Stored items:
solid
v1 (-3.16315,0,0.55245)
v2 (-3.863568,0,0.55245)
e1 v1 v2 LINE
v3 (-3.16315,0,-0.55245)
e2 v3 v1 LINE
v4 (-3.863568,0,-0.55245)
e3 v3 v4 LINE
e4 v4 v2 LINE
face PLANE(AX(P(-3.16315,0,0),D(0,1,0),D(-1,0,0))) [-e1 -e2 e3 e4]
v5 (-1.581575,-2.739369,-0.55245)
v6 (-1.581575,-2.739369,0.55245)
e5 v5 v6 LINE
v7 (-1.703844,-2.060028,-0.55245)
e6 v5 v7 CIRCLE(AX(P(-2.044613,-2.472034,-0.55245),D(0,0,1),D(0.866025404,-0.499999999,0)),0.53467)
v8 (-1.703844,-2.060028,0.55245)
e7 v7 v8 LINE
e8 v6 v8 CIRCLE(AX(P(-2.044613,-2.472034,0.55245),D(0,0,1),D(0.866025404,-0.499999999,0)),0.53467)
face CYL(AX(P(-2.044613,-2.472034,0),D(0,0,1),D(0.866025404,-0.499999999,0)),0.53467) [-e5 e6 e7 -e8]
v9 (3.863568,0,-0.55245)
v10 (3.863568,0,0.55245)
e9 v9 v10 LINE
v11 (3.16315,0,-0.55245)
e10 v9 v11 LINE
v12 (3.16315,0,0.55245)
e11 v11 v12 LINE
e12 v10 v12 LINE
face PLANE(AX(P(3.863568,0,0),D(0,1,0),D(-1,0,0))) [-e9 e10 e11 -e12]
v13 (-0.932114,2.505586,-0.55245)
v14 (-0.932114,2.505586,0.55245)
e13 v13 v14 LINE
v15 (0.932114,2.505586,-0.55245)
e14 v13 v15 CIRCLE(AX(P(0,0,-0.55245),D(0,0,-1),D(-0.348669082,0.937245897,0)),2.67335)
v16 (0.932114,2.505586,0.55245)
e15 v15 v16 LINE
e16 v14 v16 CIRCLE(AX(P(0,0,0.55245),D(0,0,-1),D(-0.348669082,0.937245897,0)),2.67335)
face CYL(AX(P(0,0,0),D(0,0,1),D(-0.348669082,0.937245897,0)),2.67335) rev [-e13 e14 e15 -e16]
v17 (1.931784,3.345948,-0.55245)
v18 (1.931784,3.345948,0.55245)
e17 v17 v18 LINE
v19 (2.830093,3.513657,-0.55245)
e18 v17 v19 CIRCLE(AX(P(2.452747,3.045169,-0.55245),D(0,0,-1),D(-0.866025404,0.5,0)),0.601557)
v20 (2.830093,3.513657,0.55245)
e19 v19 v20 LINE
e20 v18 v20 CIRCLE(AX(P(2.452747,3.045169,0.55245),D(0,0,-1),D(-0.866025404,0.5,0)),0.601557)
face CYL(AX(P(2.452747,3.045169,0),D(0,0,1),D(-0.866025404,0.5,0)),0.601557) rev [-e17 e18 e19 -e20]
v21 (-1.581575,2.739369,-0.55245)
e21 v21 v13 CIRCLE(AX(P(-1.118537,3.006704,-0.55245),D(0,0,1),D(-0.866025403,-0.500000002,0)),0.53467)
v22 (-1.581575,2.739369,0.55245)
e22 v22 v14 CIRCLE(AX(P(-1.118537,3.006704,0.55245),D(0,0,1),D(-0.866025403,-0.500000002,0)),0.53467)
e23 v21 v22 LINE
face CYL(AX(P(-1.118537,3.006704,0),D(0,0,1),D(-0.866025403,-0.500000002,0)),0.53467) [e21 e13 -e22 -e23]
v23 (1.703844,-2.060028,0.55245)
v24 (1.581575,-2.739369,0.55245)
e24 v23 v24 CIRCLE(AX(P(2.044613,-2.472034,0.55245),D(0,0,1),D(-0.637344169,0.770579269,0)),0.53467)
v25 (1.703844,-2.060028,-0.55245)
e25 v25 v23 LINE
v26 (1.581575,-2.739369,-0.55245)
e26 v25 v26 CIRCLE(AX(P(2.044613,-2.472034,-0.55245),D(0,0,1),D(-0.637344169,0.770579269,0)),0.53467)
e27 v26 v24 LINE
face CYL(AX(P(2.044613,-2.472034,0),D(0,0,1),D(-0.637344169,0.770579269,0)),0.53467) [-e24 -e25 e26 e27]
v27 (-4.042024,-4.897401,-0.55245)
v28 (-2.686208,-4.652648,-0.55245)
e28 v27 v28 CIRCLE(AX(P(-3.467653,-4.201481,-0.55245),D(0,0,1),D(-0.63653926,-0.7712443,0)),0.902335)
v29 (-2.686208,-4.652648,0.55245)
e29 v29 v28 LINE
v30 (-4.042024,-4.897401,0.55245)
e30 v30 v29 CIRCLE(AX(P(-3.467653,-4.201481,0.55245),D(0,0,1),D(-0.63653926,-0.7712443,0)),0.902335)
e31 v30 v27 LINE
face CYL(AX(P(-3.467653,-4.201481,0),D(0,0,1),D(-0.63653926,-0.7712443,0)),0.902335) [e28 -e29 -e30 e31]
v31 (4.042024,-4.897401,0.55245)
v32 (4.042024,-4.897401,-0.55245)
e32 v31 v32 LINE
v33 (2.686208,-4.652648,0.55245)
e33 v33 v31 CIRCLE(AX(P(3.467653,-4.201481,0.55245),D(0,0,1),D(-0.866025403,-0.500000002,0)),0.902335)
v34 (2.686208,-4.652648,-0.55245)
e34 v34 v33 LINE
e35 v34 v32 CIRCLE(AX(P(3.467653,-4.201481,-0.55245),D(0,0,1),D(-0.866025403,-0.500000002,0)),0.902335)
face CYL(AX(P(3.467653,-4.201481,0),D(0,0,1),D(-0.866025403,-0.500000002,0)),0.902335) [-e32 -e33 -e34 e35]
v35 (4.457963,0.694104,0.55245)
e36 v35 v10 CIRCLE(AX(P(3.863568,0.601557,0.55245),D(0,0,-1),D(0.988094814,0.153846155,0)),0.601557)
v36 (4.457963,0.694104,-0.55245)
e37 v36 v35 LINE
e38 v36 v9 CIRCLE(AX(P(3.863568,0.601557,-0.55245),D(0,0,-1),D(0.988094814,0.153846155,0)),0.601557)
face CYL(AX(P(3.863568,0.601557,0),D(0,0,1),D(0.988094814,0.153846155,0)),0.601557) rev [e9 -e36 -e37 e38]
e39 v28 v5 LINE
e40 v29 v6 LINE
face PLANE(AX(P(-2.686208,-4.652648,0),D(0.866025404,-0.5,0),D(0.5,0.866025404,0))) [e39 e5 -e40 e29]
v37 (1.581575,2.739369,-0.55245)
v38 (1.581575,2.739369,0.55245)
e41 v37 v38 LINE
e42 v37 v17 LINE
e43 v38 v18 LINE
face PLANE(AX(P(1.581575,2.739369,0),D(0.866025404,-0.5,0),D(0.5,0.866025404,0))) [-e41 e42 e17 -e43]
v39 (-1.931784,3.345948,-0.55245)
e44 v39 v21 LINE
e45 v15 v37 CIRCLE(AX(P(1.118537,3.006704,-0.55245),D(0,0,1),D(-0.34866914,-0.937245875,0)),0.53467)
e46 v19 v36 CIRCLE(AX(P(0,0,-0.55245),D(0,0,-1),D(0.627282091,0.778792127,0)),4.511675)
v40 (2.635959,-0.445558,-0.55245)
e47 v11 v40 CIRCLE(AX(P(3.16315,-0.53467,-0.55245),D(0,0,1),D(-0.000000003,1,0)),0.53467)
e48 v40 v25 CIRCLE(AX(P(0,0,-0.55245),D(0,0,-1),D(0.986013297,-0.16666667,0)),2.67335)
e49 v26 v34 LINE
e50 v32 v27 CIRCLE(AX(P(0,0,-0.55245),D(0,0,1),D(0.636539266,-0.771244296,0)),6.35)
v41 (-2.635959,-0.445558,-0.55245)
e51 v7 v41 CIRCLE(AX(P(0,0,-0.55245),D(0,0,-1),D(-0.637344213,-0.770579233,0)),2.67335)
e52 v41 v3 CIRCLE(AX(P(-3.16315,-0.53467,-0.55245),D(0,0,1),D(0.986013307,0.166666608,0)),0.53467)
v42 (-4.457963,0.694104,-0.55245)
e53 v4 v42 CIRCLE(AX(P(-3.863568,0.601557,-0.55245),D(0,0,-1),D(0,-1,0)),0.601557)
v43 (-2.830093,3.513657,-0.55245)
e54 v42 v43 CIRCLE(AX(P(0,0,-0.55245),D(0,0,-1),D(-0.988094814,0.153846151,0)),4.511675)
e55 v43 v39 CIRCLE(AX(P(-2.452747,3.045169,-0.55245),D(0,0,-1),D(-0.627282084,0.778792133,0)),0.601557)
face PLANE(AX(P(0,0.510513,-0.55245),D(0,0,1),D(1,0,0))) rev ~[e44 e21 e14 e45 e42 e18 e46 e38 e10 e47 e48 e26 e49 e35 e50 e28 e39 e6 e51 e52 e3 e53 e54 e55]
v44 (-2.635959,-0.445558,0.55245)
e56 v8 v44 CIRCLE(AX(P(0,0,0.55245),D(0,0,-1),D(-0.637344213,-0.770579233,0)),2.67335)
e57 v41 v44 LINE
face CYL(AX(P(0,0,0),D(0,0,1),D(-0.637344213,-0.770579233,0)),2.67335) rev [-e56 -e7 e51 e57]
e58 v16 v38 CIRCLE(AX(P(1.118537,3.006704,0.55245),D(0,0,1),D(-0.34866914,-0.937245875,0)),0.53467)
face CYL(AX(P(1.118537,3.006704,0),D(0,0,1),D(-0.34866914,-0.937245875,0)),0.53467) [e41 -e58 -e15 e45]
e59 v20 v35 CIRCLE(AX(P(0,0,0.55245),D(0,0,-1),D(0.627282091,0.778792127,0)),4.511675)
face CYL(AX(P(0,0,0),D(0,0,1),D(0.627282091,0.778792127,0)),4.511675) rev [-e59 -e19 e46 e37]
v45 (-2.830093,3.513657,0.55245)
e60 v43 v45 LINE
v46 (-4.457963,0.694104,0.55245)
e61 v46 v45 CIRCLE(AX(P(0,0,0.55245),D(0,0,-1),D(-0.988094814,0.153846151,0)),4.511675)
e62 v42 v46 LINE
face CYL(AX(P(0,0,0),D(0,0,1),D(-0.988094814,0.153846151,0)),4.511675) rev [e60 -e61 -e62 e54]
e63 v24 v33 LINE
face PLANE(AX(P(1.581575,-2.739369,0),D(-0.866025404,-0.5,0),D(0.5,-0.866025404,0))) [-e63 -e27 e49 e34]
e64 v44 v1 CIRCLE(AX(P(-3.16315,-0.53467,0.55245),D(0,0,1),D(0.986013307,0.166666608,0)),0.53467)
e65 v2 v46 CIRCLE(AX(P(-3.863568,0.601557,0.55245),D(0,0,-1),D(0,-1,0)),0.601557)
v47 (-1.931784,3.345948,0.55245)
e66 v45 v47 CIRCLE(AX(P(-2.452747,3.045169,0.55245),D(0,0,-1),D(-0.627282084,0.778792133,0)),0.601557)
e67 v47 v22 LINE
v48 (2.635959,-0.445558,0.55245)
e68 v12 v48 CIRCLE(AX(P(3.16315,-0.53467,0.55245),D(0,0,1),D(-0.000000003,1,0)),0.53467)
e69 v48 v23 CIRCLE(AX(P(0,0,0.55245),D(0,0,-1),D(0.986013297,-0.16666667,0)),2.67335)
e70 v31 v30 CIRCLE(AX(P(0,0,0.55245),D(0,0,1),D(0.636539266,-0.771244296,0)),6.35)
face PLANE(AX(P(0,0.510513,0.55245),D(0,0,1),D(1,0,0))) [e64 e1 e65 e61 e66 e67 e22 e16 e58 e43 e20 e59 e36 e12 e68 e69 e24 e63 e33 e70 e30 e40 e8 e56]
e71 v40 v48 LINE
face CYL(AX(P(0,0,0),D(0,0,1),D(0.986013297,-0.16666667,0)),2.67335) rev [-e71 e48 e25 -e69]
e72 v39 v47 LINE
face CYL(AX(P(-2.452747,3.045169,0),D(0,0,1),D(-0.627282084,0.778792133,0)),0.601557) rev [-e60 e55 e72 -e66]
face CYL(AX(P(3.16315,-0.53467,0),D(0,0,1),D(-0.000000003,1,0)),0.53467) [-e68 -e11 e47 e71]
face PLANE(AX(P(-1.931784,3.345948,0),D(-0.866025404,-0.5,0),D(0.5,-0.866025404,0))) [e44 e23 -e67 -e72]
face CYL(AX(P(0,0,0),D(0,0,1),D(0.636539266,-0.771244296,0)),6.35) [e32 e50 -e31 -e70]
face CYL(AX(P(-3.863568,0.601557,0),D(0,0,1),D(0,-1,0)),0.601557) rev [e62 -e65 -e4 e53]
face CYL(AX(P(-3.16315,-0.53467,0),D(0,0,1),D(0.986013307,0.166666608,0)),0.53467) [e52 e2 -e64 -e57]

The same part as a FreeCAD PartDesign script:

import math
import FreeCAD as App
import Part
import Sketcher
from FreeCAD import Vector
Q = App.Units.Quantity

doc = App.newDocument("Part")
body = doc.addObject("PartDesign::Body", "Body")

# Sketch on XY plane
sketch1 = doc.addObject("Sketcher::SketchObject", "Sketch")
body.addObject(sketch1)
sketch1.AttachmentSupport = (doc.XY_Plane, [""])
sketch1.MapMode = "FlatFace"
sketch1.addGeometry(Part.LineSegment(Vector(-2.7, -4.7, 0), Vector(-1.6, -2.7, 0)), False)
sketch1.addGeometry(Part.ArcOfCircle(Part.Circle(Vector(-2, -2.5, 0), Vector(0, 0, 1), 0.5), math.radians(-30), math.radians(50)), False)
sketch1.addGeometry(Part.ArcOfCircle(Part.Circle(Vector(0, 0, 0), Vector(0, 0, 1), 2.7), math.radians(-170), math.radians(-130)), False)
sketch1.addGeometry(Part.ArcOfCircle(Part.Circle(Vector(-3.2, -0.5, 0), Vector(0, 0, 1), 0.5), math.radians(10), math.radians(90)), False)
sketch1.addGeometry(Part.LineSegment(Vector(-3.2, 0, 0), Vector(-3.9, 0, 0)), False)
sketch1.addGeometry(Part.ArcOfCircle(Part.Circle(Vector(-3.9, 0.6, 0), Vector(0, 0, 1), 0.6), math.radians(171), math.radians(270)), False)
sketch1.addGeometry(Part.ArcOfCircle(Part.Circle(Vector(0, 0, 0), Vector(0, 0, 1), 4.5), math.radians(129), math.radians(171)), False)
sketch1.addGeometry(Part.ArcOfCircle(Part.Circle(Vector(-2.5, 3, 0), Vector(0, 0, 1), 0.6), math.radians(30), math.radians(129)), False)
sketch1.addGeometry(Part.LineSegment(Vector(-1.9, 3.3, 0), Vector(-1.6, 2.7, 0)), False)
sketch1.addGeometry(Part.ArcOfCircle(Part.Circle(Vector(-1.1, 3, 0), Vector(0, 0, 1), 0.5), math.radians(-150), math.radians(-70)), False)
sketch1.addGeometry(Part.ArcOfCircle(Part.Circle(Vector(0, 0, 0), Vector(0, 0, 1), 2.7), math.radians(70), math.radians(110)), False)
sketch1.addGeometry(Part.ArcOfCircle(Part.Circle(Vector(1.1, 3, 0), Vector(0, 0, 1), 0.5), math.radians(-110), math.radians(-30)), False)
sketch1.addGeometry(Part.LineSegment(Vector(1.6, 2.7, 0), Vector(1.9, 3.3, 0)), False)
sketch1.addGeometry(Part.ArcOfCircle(Part.Circle(Vector(2.5, 3, 0), Vector(0, 0, 1), 0.6), math.radians(51), math.radians(150)), False)
sketch1.addGeometry(Part.ArcOfCircle(Part.Circle(Vector(0, 0, 0), Vector(0, 0, 1), 4.5), math.radians(9), math.radians(51)), False)
sketch1.addGeometry(Part.ArcOfCircle(Part.Circle(Vector(3.9, 0.6, 0), Vector(0, 0, 1), 0.6), math.radians(-90), math.radians(9)), False)
sketch1.addGeometry(Part.LineSegment(Vector(3.9, 0, 0), Vector(3.2, 0, 0)), False)
sketch1.addGeometry(Part.ArcOfCircle(Part.Circle(Vector(3.2, -0.5, 0), Vector(0, 0, 1), 0.5), math.radians(90), math.radians(170)), False)
sketch1.addGeometry(Part.ArcOfCircle(Part.Circle(Vector(0, 0, 0), Vector(0, 0, 1), 2.7), math.radians(-50), math.radians(-10)), False)
sketch1.addGeometry(Part.ArcOfCircle(Part.Circle(Vector(2, -2.5, 0), Vector(0, 0, 1), 0.5), math.radians(130), math.radians(210)), False)
sketch1.addGeometry(Part.LineSegment(Vector(1.6, -2.7, 0), Vector(2.7, -4.7, 0)), False)
sketch1.addGeometry(Part.ArcOfCircle(Part.Circle(Vector(3.5, -4.2, 0), Vector(0, 0, 1), 0.9), math.radians(-150), math.radians(-50)), False)
sketch1.addGeometry(Part.ArcOfCircle(Part.Circle(Vector(0, 0, 0), Vector(0, 0, 1), 6.3), math.radians(-50), math.radians(230)), False)
sketch1.addGeometry(Part.ArcOfCircle(Part.Circle(Vector(-3.5, -4.2, 0), Vector(0, 0, 1), 0.9), math.radians(-130), math.radians(-30)), False)
sketch1.addConstraint(Sketcher.Constraint("Tangent", 0, 2, 1, 1))
sketch1.addConstraint(Sketcher.Constraint("Tangent", 1, 2, 2, 2))
sketch1.addConstraint(Sketcher.Constraint("Tangent", 2, 1, 3, 1))
sketch1.addConstraint(Sketcher.Constraint("Tangent", 3, 2, 4, 1))
sketch1.addConstraint(Sketcher.Constraint("Tangent", 4, 2, 5, 2))
sketch1.addConstraint(Sketcher.Constraint("Tangent", 5, 1, 6, 2))
sketch1.addConstraint(Sketcher.Constraint("Tangent", 6, 1, 7, 2))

THE TASK
What you give back should be exactly the lines of the data above from the line with "v33 (2.686208,-4.652648,0.55245)" through the line with "e39 v28 v5 LINE", both of those included, and nothing more.

OUTPUT
v33 (2.686208,-4.652648,0.55245)
e33 v33 v31 CIRCLE(AX(P(3.467653,-4.201481,0.55245),D(0,0,1),D(-0.866025403,-0.500000002,0)),0.902335)
v34 (2.686208,-4.652648,-0.55245)
e34 v34 v33 LINE
e35 v34 v32 CIRCLE(AX(P(3.467653,-4.201481,-0.55245),D(0,0,1),D(-0.866025403,-0.500000002,0)),0.902335)
face CYL(AX(P(3.467653,-4.201481,0),D(0,0,1),D(-0.866025403,-0.500000002,0)),0.902335) [-e32 -e33 -e34 e35]
v35 (4.457963,0.694104,0.55245)
e36 v35 v10 CIRCLE(AX(P(3.863568,0.601557,0.55245),D(0,0,-1),D(0.988094814,0.153846155,0)),0.601557)
v36 (4.457963,0.694104,-0.55245)
e37 v36 v35 LINE
e38 v36 v9 CIRCLE(AX(P(3.863568,0.601557,-0.55245),D(0,0,-1),D(0.988094814,0.153846155,0)),0.601557)
face CYL(AX(P(3.863568,0.601557,0),D(0,0,1),D(0.988094814,0.153846155,0)),0.601557) rev [e9 -e36 -e37 e38]
e39 v28 v5 LINE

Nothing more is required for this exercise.